-- Data records follows --
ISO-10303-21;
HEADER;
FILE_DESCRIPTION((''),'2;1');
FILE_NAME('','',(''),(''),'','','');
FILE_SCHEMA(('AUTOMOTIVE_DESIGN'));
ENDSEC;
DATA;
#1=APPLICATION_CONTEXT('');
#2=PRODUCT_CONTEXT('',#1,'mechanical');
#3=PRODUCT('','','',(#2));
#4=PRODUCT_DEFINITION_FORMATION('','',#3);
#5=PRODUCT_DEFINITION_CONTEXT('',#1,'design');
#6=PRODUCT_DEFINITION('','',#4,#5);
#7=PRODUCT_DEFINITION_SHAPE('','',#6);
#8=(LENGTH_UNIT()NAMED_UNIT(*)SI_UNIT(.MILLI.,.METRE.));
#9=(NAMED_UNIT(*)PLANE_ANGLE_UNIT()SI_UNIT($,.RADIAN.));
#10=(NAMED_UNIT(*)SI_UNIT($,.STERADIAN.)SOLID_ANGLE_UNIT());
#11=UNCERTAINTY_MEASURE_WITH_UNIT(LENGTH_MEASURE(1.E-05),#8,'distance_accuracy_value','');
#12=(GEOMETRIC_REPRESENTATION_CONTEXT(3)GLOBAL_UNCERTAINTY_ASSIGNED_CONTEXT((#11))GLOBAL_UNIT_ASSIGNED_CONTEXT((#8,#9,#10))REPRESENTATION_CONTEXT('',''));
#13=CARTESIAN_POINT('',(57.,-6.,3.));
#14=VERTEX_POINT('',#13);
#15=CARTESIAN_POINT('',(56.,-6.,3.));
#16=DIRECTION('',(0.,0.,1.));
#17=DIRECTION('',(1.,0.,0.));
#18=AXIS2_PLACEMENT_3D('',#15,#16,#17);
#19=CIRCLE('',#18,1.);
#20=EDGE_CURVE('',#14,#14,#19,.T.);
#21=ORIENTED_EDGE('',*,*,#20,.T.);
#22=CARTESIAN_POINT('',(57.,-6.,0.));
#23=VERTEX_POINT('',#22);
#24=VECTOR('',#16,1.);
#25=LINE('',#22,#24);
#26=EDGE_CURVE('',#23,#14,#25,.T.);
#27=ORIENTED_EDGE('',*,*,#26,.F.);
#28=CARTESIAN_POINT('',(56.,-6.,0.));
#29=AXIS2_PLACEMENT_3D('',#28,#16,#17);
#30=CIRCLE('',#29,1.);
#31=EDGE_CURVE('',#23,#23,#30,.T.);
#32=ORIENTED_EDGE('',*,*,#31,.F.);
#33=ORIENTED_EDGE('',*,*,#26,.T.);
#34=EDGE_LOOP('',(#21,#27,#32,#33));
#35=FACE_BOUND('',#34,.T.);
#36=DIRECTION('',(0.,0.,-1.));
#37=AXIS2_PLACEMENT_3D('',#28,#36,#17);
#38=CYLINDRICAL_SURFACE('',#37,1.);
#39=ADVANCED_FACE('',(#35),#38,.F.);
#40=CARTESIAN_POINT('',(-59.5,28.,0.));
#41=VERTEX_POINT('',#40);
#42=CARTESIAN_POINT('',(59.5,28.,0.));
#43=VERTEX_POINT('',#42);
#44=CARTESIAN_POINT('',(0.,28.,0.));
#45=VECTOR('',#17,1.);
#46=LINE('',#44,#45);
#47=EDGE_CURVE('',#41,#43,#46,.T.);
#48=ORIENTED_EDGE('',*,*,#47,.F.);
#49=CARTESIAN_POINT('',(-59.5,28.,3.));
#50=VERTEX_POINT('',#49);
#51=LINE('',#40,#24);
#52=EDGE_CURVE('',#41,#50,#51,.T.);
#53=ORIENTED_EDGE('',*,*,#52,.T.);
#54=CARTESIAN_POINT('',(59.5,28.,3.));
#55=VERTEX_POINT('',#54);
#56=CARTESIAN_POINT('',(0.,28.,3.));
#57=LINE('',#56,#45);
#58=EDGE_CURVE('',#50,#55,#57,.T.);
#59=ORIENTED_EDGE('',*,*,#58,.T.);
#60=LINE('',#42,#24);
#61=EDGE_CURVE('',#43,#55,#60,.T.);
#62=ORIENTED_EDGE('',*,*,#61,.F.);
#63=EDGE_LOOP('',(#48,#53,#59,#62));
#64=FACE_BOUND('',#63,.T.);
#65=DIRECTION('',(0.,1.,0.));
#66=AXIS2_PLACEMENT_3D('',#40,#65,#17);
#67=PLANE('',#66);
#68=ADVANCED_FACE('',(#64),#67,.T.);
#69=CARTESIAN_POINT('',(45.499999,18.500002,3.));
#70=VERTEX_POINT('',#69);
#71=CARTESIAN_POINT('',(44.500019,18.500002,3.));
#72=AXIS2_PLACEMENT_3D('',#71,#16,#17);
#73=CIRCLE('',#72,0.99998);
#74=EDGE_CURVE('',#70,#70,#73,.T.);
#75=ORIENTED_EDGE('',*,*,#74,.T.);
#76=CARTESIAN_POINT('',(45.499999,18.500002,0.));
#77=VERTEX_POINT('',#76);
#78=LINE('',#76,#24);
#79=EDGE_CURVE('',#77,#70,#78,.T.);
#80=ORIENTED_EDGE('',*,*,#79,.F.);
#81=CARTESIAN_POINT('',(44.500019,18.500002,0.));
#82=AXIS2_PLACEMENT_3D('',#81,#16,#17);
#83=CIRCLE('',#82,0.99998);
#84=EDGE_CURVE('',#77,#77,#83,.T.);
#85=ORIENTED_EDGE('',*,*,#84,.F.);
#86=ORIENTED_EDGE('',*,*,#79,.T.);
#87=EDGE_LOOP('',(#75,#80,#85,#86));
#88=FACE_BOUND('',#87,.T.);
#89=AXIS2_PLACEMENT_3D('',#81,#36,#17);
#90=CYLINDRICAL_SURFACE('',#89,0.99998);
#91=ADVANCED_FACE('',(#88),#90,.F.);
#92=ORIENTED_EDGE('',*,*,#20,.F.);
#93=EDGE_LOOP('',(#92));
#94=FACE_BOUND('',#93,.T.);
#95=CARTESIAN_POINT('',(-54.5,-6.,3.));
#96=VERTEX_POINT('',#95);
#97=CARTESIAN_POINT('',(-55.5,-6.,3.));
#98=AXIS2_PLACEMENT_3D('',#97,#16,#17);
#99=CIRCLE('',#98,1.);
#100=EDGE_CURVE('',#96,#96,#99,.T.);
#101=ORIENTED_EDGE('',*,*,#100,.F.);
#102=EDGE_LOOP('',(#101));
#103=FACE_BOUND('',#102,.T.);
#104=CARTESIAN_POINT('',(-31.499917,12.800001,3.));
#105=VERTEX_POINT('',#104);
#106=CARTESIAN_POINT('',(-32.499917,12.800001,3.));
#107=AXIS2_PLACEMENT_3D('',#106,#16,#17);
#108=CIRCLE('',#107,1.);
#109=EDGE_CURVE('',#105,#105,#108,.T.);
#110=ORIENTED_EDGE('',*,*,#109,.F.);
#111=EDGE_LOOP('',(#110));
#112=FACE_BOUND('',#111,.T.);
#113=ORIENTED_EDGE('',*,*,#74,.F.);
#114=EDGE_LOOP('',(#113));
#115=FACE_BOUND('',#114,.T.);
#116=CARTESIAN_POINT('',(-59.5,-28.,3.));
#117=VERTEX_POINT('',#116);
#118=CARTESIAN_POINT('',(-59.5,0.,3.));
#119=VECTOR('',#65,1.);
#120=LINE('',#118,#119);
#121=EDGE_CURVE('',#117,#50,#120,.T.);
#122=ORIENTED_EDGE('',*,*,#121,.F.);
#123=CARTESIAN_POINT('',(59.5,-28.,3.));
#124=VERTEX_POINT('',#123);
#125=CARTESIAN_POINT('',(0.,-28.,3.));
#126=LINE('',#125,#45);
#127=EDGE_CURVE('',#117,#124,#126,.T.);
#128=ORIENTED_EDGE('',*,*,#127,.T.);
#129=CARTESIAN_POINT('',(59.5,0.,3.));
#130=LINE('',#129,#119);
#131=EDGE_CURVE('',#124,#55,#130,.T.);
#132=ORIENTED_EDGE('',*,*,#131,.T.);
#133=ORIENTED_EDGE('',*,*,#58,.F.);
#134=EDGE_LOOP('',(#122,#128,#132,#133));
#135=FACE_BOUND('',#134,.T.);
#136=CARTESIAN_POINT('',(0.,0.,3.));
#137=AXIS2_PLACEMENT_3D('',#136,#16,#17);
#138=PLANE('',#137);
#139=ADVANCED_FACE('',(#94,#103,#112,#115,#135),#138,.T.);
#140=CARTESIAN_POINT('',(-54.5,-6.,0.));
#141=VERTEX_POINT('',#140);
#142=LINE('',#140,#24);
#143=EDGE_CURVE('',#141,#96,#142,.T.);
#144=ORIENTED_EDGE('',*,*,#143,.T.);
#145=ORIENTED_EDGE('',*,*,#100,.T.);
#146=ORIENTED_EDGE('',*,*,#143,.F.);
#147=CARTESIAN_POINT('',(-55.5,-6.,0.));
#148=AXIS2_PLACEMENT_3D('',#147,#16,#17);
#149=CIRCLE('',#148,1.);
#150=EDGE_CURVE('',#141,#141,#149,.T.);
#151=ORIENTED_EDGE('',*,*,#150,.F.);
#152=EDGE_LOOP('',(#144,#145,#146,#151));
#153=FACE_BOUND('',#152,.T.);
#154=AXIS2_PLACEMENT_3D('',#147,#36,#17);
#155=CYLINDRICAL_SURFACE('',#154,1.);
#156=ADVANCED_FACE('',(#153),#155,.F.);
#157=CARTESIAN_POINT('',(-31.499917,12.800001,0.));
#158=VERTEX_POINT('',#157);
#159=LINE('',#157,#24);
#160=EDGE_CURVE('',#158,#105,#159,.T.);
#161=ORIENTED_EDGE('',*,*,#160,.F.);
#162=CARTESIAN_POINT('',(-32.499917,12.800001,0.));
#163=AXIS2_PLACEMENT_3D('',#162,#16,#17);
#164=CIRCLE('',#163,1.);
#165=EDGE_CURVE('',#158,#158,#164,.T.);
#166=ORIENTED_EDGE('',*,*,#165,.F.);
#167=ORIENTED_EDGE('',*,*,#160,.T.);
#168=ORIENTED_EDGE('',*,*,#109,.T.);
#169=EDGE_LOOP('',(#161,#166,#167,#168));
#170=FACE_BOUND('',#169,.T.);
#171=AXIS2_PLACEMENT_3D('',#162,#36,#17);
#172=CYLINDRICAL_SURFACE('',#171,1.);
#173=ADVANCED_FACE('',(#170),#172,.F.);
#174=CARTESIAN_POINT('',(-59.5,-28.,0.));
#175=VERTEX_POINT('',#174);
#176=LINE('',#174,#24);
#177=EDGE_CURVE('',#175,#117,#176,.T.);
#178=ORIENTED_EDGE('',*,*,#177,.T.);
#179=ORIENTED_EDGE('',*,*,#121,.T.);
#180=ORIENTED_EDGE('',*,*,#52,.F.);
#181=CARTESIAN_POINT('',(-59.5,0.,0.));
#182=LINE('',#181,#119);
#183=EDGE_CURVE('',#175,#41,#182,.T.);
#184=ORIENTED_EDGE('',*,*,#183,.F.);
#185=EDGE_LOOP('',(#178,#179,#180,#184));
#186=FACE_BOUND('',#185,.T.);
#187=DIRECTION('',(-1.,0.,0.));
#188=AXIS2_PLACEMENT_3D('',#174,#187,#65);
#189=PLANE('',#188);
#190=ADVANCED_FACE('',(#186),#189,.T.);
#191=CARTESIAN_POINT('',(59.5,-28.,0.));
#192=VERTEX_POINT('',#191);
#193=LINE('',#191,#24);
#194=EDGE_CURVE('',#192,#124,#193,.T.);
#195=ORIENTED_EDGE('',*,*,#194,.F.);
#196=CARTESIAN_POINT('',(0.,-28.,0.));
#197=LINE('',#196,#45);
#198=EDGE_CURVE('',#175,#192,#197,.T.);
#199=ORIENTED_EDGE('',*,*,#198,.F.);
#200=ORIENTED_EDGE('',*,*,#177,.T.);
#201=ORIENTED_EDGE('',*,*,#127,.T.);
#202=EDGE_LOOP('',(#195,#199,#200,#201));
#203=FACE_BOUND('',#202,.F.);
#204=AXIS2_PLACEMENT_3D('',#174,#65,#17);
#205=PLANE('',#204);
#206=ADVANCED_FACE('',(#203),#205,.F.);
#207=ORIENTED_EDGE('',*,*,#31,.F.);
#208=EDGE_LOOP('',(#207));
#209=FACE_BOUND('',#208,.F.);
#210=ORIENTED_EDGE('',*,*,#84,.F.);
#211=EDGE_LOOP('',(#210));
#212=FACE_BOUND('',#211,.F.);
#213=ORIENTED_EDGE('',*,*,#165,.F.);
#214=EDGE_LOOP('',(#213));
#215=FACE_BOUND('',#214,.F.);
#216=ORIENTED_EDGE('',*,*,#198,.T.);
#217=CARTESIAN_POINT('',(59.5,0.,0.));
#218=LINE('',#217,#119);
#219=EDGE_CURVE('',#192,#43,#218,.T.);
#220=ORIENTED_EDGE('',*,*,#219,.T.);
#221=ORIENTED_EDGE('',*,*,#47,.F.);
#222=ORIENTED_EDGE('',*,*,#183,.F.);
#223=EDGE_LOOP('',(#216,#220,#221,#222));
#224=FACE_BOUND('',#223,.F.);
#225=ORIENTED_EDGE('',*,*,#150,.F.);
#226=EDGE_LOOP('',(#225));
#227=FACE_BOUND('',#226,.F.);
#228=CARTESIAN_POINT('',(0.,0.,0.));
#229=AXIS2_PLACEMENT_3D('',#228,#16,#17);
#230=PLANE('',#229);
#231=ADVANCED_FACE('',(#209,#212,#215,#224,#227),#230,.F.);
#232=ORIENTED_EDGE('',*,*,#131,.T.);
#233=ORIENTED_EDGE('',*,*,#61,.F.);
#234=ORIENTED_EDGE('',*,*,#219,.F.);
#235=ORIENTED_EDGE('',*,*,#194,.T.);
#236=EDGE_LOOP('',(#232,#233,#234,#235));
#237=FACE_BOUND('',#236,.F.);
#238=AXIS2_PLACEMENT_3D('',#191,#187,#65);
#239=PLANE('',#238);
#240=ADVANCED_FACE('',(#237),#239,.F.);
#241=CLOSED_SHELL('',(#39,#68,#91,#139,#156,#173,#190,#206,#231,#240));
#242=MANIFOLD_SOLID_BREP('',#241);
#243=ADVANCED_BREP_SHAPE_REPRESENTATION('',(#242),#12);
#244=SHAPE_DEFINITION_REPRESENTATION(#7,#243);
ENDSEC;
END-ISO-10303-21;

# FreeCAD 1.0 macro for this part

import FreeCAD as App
import Part
import Sketcher

V = App.Vector
Q = App.Units.Quantity


def add_polygon(sketch, points):
    """Adds a closed chain of lines whose ends are joined by coincident constraints."""
    first, n = sketch.GeometryCount, len(points)
    for a, b in zip(points, points[1:] + points[:1]):
        sketch.addGeometry(Part.LineSegment(App.Vector(*a, 0), App.Vector(*b, 0)), False)
    for i in range(n):
        sketch.addConstraint(Sketcher.Constraint("Coincident", first + i, 2, first + (i + 1) % n, 1))

doc = App.newDocument("Part")
body = doc.addObject("PartDesign::Body", "Body")

sketch1 = doc.addObject("Sketcher::SketchObject", "Sketch")
body.addObject(sketch1)
sketch1.AttachmentSupport = (doc.XY_Plane, [""])
sketch1.MapMode = "FlatFace"
add_polygon(sketch1, [(-59.5, 28), (-59.5, -28), (59.5, -28), (59.5, 28)])
sketch1.addGeometry(Part.Circle(V(-55.5, -6, 0), V(0, 0, 1), 1), False)
sketch1.addGeometry(Part.Circle(V(56, -6, 0), V(0, 0, 1), 1), False)
sketch1.addGeometry(Part.Circle(V(-32.5, 12.8, 0), V(0, 0, 1), 1), False)
sketch1.addGeometry(Part.Circle(V(44.5, 18.5, 0), V(0, 0, 1), 1), False)
sketch1.addConstraint([
    Sketcher.Constraint("Vertical", 0),
    Sketcher.Constraint("Horizontal", 1),
    Sketcher.Constraint("Vertical", 2),
    Sketcher.Constraint("Horizontal", 3),
    Sketcher.Constraint("Equal", 4, 5),
    Sketcher.Constraint("Equal", 5, 6),
    Sketcher.Constraint("Symmetric", 0, 2, 2, 2, -1, 1),
    Sketcher.Constraint("Horizontal", 4, 3, 5, 3),
    Sketcher.Constraint("Diameter", 4, Q("2 mm")),
    Sketcher.Constraint("DistanceX", 1, 1, 1, 2, Q("119 mm")),
    Sketcher.Constraint("DistanceY", 0, 2, 0, 1, Q("56 mm")),
    Sketcher.Constraint("DistanceY", 4, 3, -1, 1, Q("6 mm")),
    Sketcher.Constraint("DistanceX", -1, 1, 5, 3, Q("56 mm")),
    Sketcher.Constraint("DistanceX", 0, 2, 4, 3, Q("4 mm")),
    Sketcher.Constraint("DistanceY", -1, 1, 6, 3, Q("12.800001 mm")),
    Sketcher.Constraint("DistanceY", -1, 1, 7, 3, Q("18.500002 mm")),
    Sketcher.Constraint("Diameter", 7, Q("1.99996 mm")),
    Sketcher.Constraint("DistanceX", -1, 1, 7, 3, Q("44.500019 mm")),
    Sketcher.Constraint("DistanceX", 6, 3, -1, 1, Q("32.499917 mm")),
])
pad1 = doc.addObject("PartDesign::Pad", "Pad")
body.addObject(pad1)
pad1.Profile = sketch1
pad1.Length = 3

doc.recompute()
-- Data records concluded --
From the material above, retype precisely the lines between the line holding "#104=CARTESIAN_POINT('',(-31.499917,12.800001,3.));" and the line holding "#138=PLANE('',#137);", inclusive, and nothing beyond them.

#104=CARTESIAN_POINT('',(-31.499917,12.800001,3.));
#105=VERTEX_POINT('',#104);
#106=CARTESIAN_POINT('',(-32.499917,12.800001,3.));
#107=AXIS2_PLACEMENT_3D('',#106,#16,#17);
#108=CIRCLE('',#107,1.);
#109=EDGE_CURVE('',#105,#105,#108,.T.);
#110=ORIENTED_EDGE('',*,*,#109,.F.);
#111=EDGE_LOOP('',(#110));
#112=FACE_BOUND('',#111,.T.);
#113=ORIENTED_EDGE('',*,*,#74,.F.);
#114=EDGE_LOOP('',(#113));
#115=FACE_BOUND('',#114,.T.);
#116=CARTESIAN_POINT('',(-59.5,-28.,3.));
#117=VERTEX_POINT('',#116);
#118=CARTESIAN_POINT('',(-59.5,0.,3.));
#119=VECTOR('',#65,1.);
#120=LINE('',#118,#119);
#121=EDGE_CURVE('',#117,#50,#120,.T.);
#122=ORIENTED_EDGE('',*,*,#121,.F.);
#123=CARTESIAN_POINT('',(59.5,-28.,3.));
#124=VERTEX_POINT('',#123);
#125=CARTESIAN_POINT('',(0.,-28.,3.));
#126=LINE('',#125,#45);
#127=EDGE_CURVE('',#117,#124,#126,.T.);
#128=ORIENTED_EDGE('',*,*,#127,.T.);
#129=CARTESIAN_POINT('',(59.5,0.,3.));
#130=LINE('',#129,#119);
#131=EDGE_CURVE('',#124,#55,#130,.T.);
#132=ORIENTED_EDGE('',*,*,#131,.T.);
#133=ORIENTED_EDGE('',*,*,#58,.F.);
#134=EDGE_LOOP('',(#122,#128,#132,#133));
#135=FACE_BOUND('',#134,.T.);
#136=CARTESIAN_POINT('',(0.,0.,3.));
#137=AXIS2_PLACEMENT_3D('',#136,#16,#17);
#138=PLANE('',#137);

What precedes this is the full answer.